Disney Discriminates Against Ugly People
Yes, I am accusing the Disney-owned ABC television network of discrimination … against ugly people. Okay, this is entirely in jest but I’ll at least try and make some point out of posting this here.
My father, a fellow Disney fanatic like myself, brought this to my attention this past weekend. ABC’s morning talk-show, Good Morning America, is running a contest called ‘The Royal Treatment’, in conjunction with the Walt Disney Company’s North-American Theme Park marketing campaign ‘Year of a Million Dreams’ (I have issues with this slogan and the whole campaign in general but this is neither the place nor the time to discussing that right now). The winner, a ‘deserving family’ as Good Morning America’s website puts it, will ‘be the first to spend the night in the newly created Castle Suite high atop Cinderella Castle in the Walt Disney World Magic Kingdom’. Sounds neat, doesn’t it? That is until you come to the realization that you’ll practically be a prisoner inside Cinderella’s Castle for an entire night. But, again, I am getting off topic. The contest rules are simple – write a three-hundred word essay on why your family should win a trip to the Walt Disney World resort and send it to Good Morning America along with a photo of the family.
The essay is an unusual element in of itself but the request for a photograph is what I really want to focus on. Why a photograph? Disney wants the picture-perfect Disney family. This means no ugly people (that includes ‘Zeke and Zed and Ted and Fred, and a bear named Tennessee’ from West Virginia with three teeth sticking out of their mouth), no old people, no single parents, no child-less families, etc. They want white (or possibly black, but I would imagine preferably white) beautiful middle-class parents with two children (a boy and a girl) … and I’ll throw in a dog (golden retriever) for good measure.
This is one of many problems I have with the major prizes up for grabs in the ‘Year of a Million Dreams’ campaign. The ‘Dream Squad’ who randomly selects guests to give prizes to inside the North-American Disney theme parks (even though this is a marketing campaign for all the Disney theme parks, only guests at the North-American parks are eligible for the major prizes, so Disneyland Paris, Hong Kong Disneyland, and Tokyo Disneyland are getting ‘royally’ screwed with this one) are first pulled aside (Disney says this is not to ‘embarrass them’ when they are given their prize) and then told what prize they have won. I can see the scenario now backstage: “Well, they were suppose to get the DVC points, Jeff, but, geez, they’re so God damn ugly … now what are we going to give them?”

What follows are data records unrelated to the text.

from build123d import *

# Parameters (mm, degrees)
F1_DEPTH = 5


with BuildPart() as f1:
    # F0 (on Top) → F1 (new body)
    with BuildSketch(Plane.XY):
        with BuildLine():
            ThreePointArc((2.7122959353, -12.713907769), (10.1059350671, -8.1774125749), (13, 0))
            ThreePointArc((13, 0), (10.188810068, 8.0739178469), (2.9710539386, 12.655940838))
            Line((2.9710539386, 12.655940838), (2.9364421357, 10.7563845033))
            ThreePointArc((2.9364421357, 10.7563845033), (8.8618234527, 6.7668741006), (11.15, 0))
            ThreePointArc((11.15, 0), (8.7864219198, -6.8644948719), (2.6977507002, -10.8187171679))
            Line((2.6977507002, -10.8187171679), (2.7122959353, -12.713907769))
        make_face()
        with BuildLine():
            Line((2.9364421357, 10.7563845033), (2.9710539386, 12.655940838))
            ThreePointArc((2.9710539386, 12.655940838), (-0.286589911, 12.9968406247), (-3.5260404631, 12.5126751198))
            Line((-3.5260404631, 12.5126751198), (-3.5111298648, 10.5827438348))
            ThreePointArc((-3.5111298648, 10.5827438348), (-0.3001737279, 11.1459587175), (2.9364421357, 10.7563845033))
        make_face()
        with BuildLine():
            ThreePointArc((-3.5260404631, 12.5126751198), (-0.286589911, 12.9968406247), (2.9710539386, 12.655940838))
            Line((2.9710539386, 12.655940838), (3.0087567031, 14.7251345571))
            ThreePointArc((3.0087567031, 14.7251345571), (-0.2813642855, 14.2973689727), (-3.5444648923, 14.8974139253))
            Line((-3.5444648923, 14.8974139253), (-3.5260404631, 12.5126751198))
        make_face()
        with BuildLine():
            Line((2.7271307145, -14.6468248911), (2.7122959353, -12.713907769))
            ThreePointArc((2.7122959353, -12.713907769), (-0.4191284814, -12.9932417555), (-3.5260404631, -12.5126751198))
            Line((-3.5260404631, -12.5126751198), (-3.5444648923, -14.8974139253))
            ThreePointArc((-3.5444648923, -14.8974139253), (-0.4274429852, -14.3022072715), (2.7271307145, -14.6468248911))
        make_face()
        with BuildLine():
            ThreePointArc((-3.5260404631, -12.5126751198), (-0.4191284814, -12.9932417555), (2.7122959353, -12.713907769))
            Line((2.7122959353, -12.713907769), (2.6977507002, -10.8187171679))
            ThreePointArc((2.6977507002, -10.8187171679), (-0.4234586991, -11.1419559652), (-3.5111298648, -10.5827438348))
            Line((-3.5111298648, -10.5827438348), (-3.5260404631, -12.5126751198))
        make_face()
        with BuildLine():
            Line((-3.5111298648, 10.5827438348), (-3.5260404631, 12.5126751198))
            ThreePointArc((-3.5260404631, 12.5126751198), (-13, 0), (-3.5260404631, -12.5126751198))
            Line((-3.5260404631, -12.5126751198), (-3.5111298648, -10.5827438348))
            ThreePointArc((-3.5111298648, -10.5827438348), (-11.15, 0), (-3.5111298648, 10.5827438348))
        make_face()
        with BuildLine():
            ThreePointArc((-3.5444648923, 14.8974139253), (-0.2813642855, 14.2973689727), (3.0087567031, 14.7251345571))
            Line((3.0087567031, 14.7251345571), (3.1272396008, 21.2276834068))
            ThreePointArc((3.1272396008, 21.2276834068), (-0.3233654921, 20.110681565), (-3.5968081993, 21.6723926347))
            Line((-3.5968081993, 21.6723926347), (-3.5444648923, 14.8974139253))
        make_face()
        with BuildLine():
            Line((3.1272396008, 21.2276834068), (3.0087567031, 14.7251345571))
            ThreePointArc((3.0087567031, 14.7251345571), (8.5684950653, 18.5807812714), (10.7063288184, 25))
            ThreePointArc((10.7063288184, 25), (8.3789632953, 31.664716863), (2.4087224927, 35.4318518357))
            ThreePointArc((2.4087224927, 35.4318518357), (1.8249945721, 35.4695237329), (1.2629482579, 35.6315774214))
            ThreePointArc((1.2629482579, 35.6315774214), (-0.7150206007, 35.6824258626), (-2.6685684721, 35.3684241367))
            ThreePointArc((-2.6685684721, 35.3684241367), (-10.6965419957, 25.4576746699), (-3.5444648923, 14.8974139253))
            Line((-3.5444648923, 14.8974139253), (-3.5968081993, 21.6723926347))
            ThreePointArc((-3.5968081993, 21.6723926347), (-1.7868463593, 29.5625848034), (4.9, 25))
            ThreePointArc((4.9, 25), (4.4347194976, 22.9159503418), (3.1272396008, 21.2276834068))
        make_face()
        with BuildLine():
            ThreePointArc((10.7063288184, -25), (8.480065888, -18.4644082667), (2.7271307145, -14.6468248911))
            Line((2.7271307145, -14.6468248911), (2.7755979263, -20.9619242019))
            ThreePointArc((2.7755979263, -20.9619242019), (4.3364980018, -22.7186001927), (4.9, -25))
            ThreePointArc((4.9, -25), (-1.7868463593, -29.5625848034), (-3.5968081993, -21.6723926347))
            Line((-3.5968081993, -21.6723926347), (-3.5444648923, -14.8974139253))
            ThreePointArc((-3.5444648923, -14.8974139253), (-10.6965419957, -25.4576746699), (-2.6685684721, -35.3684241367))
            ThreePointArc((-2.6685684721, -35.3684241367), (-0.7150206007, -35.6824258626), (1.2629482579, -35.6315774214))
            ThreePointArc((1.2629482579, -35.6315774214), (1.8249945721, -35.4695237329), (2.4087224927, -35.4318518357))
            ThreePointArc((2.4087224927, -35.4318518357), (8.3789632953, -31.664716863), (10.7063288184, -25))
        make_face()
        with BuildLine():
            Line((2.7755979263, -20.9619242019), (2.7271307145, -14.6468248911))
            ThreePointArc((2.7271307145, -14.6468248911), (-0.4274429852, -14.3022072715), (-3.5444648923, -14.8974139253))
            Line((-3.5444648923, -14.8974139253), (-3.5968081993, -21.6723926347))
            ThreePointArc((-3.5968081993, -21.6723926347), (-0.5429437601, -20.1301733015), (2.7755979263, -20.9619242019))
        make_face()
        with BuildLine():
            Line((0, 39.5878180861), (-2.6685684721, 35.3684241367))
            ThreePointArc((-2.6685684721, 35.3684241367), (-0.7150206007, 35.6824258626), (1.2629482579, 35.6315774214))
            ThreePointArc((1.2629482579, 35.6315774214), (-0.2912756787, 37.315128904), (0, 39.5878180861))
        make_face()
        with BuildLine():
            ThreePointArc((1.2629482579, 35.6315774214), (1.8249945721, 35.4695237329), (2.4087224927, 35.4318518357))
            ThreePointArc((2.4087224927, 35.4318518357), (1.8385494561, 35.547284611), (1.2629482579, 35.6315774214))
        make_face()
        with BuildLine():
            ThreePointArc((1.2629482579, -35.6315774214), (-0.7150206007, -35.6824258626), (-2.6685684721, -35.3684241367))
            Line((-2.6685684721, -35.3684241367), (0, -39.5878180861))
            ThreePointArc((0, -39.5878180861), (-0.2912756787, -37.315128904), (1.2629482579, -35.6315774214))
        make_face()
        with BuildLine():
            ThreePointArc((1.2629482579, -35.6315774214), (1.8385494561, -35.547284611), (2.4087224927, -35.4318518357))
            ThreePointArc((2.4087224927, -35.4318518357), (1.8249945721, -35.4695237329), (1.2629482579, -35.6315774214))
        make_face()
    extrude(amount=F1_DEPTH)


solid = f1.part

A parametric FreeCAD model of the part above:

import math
import FreeCAD as App
import Part
import Sketcher
from FreeCAD import Vector

doc = App.newDocument("Part")
params = doc.addObject("Spreadsheet::Sheet", "Params")
for row, (alias, value) in enumerate([
    ("sketch1_radius", "13 mm"),
    ("sketch1_radius2", "4.9 mm"),
    ("sketch1_radius3", "2.71 mm"),
    ("sketch1_radius4", "11.15 mm"),
    ("pad1_length", "5 mm"),
], start=1):
    params.set(f"A{row}", alias)
    params.set(f"B{row}", "=" + value)
    params.setAlias(f"B{row}", alias)

body = doc.addObject("PartDesign::Body", "Body")

sketch1 = doc.addObject("Sketcher::SketchObject", "Sketch")
body.addObject(sketch1)
sketch1.AttachmentSupport = (doc.XY_Plane, [""])
sketch1.MapMode = "FlatFace"
sketch1.addGeometry([
    Part.ArcOfCircle(Part.Circle(Vector(0, 0, 0), Vector(0, 0, 1), 13), math.radians(-78), math.radians(0)),
    Part.ArcOfCircle(Part.Circle(Vector(0, 0, 0), Vector(0, 0, 1), 13), math.radians(0), math.radians(77)),
    Part.LineSegment(Vector(3, 12.7, 0), Vector(3, 14.7, 0)),
    Part.ArcOfCircle(Part.Circle(Vector(0, 25, 0), Vector(0, 0, 1), 10.7), math.radians(-74), math.radians(0)),
    Part.ArcOfCircle(Part.Circle(Vector(0, 25, 0), Vector(0, 0, 1), 10.7), math.radians(0), math.radians(77)),
    Part.ArcOfCircle(Part.Circle(Vector(0, 25, 0), Vector(0, 0, 1), 10.7), math.radians(77), math.radians(83.23)),
    Part.ArcOfCircle(Part.Circle(Vector(2.3, 38.1, 0), Vector(0, 0, 1), 2.7), math.radians(148), math.radians(248)),
    Part.LineSegment(Vector(0, 39.6, 0), Vector(-2.7, 35.4, 0)),
    Part.ArcOfCircle(Part.Circle(Vector(0, 25, 0), Vector(0, 0, 1), 10.7), math.radians(104), math.radians(251)),
    Part.LineSegment(Vector(-3.5, 14.9, 0), Vector(-3.5, 12.5, 0)),
    Part.ArcOfCircle(Part.Circle(Vector(0, 0, 0), Vector(0, 0, 1), 13), math.radians(106), math.radians(254)),
    Part.LineSegment(Vector(-3.5, -12.5, 0), Vector(-3.5, -14.9, 0)),
    Part.ArcOfCircle(Part.Circle(Vector(0, -25, 0), Vector(0, 0, 1), 10.7), math.radians(109), math.radians(256)),
    Part.LineSegment(Vector(-2.7, -35.4, 0), Vector(0, -39.6, 0)),
    Part.ArcOfCircle(Part.Circle(Vector(2.3, -38.1, 0), Vector(0, 0, 1), 2.7), math.radians(112), math.radians(212)),
    Part.ArcOfCircle(Part.Circle(Vector(0, -25, 0), Vector(0, 0, 1), 10.7), math.radians(-83.23), math.radians(-77)),
    Part.ArcOfCircle(Part.Circle(Vector(0, -25, 0), Vector(0, 0, 1), 10.7), math.radians(-77), math.radians(0)),
    Part.ArcOfCircle(Part.Circle(Vector(0, -25, 0), Vector(0, 0, 1), 10.7), math.radians(0), math.radians(75)),
    Part.LineSegment(Vector(2.7, -14.6, 0), Vector(2.7, -12.7, 0)),
    Part.ArcOfCircle(Part.Circle(Vector(0, 25, 0), Vector(0, 0, 1), 4.9), math.radians(-137), math.radians(-50)),
    Part.ArcOfCircle(Part.Circle(Vector(0, 25, 0), Vector(0, 0, 1), 4.9), math.radians(0), math.radians(223)),
    Part.ArcOfCircle(Part.Circle(Vector(0, 25, 0), Vector(0, 0, 1), 4.9), math.radians(-50), math.radians(0)),
    Part.ArcOfCircle(Part.Circle(Vector(0, 0, 0), Vector(0, 0, 1), 11.2), math.radians(0), math.radians(108)),
    Part.ArcOfCircle(Part.Circle(Vector(0, 0, 0), Vector(0, 0, 1), 11.2), math.radians(-76), math.radians(0)),
    Part.ArcOfCircle(Part.Circle(Vector(0, 0, 0), Vector(0, 0, 1), 11.2), math.radians(108), math.radians(284)),
    Part.ArcOfCircle(Part.Circle(Vector(0, -25, 0), Vector(0, 0, 1), 4.9), math.radians(55), math.radians(137)),
    Part.ArcOfCircle(Part.Circle(Vector(0, -25, 0), Vector(0, 0, 1), 4.9), math.radians(0), math.radians(55)),
    Part.ArcOfCircle(Part.Circle(Vector(0, -25, 0), Vector(0, 0, 1), 4.9), math.radians(137), math.radians(360)),
], False)
sketch1.addConstraint([
    Sketcher.Constraint("Tangent", 0, 2, 1, 1),
    Sketcher.Constraint("Coincident", 1, 2, 2, 1),
    Sketcher.Constraint("Coincident", 2, 2, 3, 1),
    Sketcher.Constraint("Tangent", 3, 2, 4, 1),
    Sketcher.Constraint("Tangent", 4, 2, 5, 1),
    Sketcher.Constraint("Coincident", 5, 2, 6, 2),
    Sketcher.Constraint("Tangent", 6, 1, 7, 1),
    Sketcher.Constraint("Coincident", 7, 2, 8, 1),
    Sketcher.Constraint("Coincident", 8, 2, 9, 1),
    Sketcher.Constraint("Coincident", 9, 2, 10, 1),
    Sketcher.Constraint("Coincident", 10, 2, 11, 1),
    Sketcher.Constraint("Coincident", 11, 2, 12, 1),
    Sketcher.Constraint("Coincident", 12, 2, 13, 1),
    Sketcher.Constraint("Tangent", 13, 2, 14, 2),
    Sketcher.Constraint("Coincident", 14, 1, 15, 1),
    Sketcher.Constraint("Tangent", 15, 2, 16, 1),
    Sketcher.Constraint("Tangent", 16, 2, 17, 1),
    Sketcher.Constraint("Coincident", 17, 2, 18, 1),
    Sketcher.Constraint("Coincident", 18, 2, 0, 1),
    Sketcher.Constraint("Tangent", 19, 1, 20, 2),
    Sketcher.Constraint("Tangent", 20, 1, 21, 2),
    Sketcher.Constraint("Tangent", 21, 1, 19, 2),
    Sketcher.Constraint("Tangent", 22, 1, 23, 2),
    Sketcher.Constraint("Tangent", 23, 1, 24, 2),
    Sketcher.Constraint("Tangent", 24, 1, 22, 2),
    Sketcher.Constraint("Tangent", 25, 1, 26, 2),
    Sketcher.Constraint("Tangent", 26, 1, 27, 2),
    Sketcher.Constraint("Tangent", 27, 1, 25, 2),
    Sketcher.Constraint("Coincident", 0, 3, -1, 1),
    Sketcher.Constraint("Coincident", 10, 3, -1, 1),
    Sketcher.Constraint("Coincident", 22, 3, -1, 1),
    Sketcher.Constraint("Coincident", 5, 3, 3, 3),
    Sketcher.Constraint("Coincident", 8, 3, 3, 3),
    Sketcher.Constraint("Coincident", 15, 3, 12, 3),
    Sketcher.Constraint("Coincident", 17, 3, 12, 3),
    Sketcher.Constraint("Coincident", 19, 3, 3, 3),
    Sketcher.Constraint("Coincident", 25, 3, 12, 3),
    Sketcher.Constraint("Equal", 0, 1),
    Sketcher.Constraint("Equal", 5, 8),
    Sketcher.Constraint("Equal", 1, 10),
    Sketcher.Constraint("Equal", 8, 12),
    Sketcher.Constraint("Equal", 6, 14),
    Sketcher.Constraint("Equal", 12, 15),
    Sketcher.Constraint("Equal", 21, 25),
    Sketcher.Constraint("Symmetric", 3, 3, 12, 3, -1, 1),
    Sketcher.Constraint("Symmetric", 6, 1, 13, 2, -1, 1),
    Sketcher.Constraint("Symmetric", 6, 3, 14, 3, -1),
    Sketcher.Constraint("Symmetric", 8, 2, 11, 2, -1),
    Sketcher.Constraint("PointOnObject", 0, 2, -1),
    Sketcher.Constraint("PointOnObject", 22, 1, -1),
    Sketcher.Constraint("Horizontal", 21, 3, 3, 2),
    Sketcher.Constraint("Horizontal", 27, 3, 16, 2),
    Sketcher.Constraint("Horizontal", 3, 2, 20, 1),
    Sketcher.Constraint("Horizontal", 16, 2, 26, 1),
    Sketcher.Constraint("Vertical", 9, 2, 10, 2),
    Sketcher.Constraint("Vertical", 4, 2, 15, 2),
    Sketcher.Constraint("Vertical", 19, 1, 27, 1),
    Sketcher.Constraint("Radius", 0, 13.0),
    Sketcher.Constraint("Radius", 19, 4.9),
    Sketcher.Constraint("Radius", 6, 2.71),
    Sketcher.Constraint("Radius", 22, 11.15),
    Sketcher.Constraint("DistanceY", -1, 1, 3, 3, 25.0),
    Sketcher.Constraint("Radius", 3, 10.706329),
    Sketcher.Constraint("Distance", 7, 4.992449),
    Sketcher.Constraint("Distance", 9, 2.38481),
    Sketcher.Constraint("DistanceX", -1, 1, 6, 3, 2.290371),
    Sketcher.Constraint("DistanceY", -1, 1, 1, 2, 12.655941),
    Sketcher.Constraint("DistanceY", -1, 1, 4, 2, 35.431852),
    Sketcher.Constraint("DistanceX", 9, 2, -1, 1, 3.52604),
    Sketcher.Constraint("DistanceX", -1, 1, 17, 2, 2.727131),
    Sketcher.Constraint("DistanceX", 19, 1, -1, 1, 3.596808),
    Sketcher.Constraint("DistanceX", -1, 1, 21, 1, 3.12724),
    Sketcher.Constraint("DistanceX", -1, 1, 23, 1, 2.697751),
    Sketcher.Constraint("DistanceX", 24, 1, -1, 1, 3.51113),
    Sketcher.Constraint("DistanceX", 8, 2, 2, 2, 6.553222),
    Sketcher.Constraint("DistanceX", 11, 2, 18, 2, 6.256761),
    Sketcher.Constraint("DistanceX", -1, 1, 25, 1, 2.775598),
])
sketch1.setExpression("Constraints[57]", "Params.sketch1_radius")
sketch1.setExpression("Constraints[58]", "Params.sketch1_radius2")
sketch1.setExpression("Constraints[59]", "Params.sketch1_radius3")
sketch1.setExpression("Constraints[60]", "Params.sketch1_radius4")
pad1 = doc.addObject("PartDesign::Pad", "Pad")
body.addObject(pad1)
pad1.Profile = sketch1
pad1.setExpression("Length", "Params.pad1_length")

doc.recompute()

Don’t even get me started about the Spangler family, the first major prize-winners of the ‘Year of a Million Dreams’ celebration, who got exclusive access to the Magic Kingdom theme park at the Walt Disney World resort. Besides the fact that it for me would have been entirely creepy to have the attractions all to myself and every single cast member waiting on my every whim, I would have hated having a bull’s-eye on my back for the rest of the day. Why the bull’s-eye? The family got exclusive access to nearly every attraction in the park which meant that each land remained closed until they have gone on the rides they wanted and moved on to the next land. So, in essence most of the park that day (October 1st) remained closed until one in the afternoon. How pissed would you have been if you went to the park that day and found out that you couldn’t do what you wanted to that day because of this? Disney didn’t announce this in advance so it’s not your fault if you weren’t aware of this. Why didn’t Disney paint a bull’s-eye on them for Christ’s sake?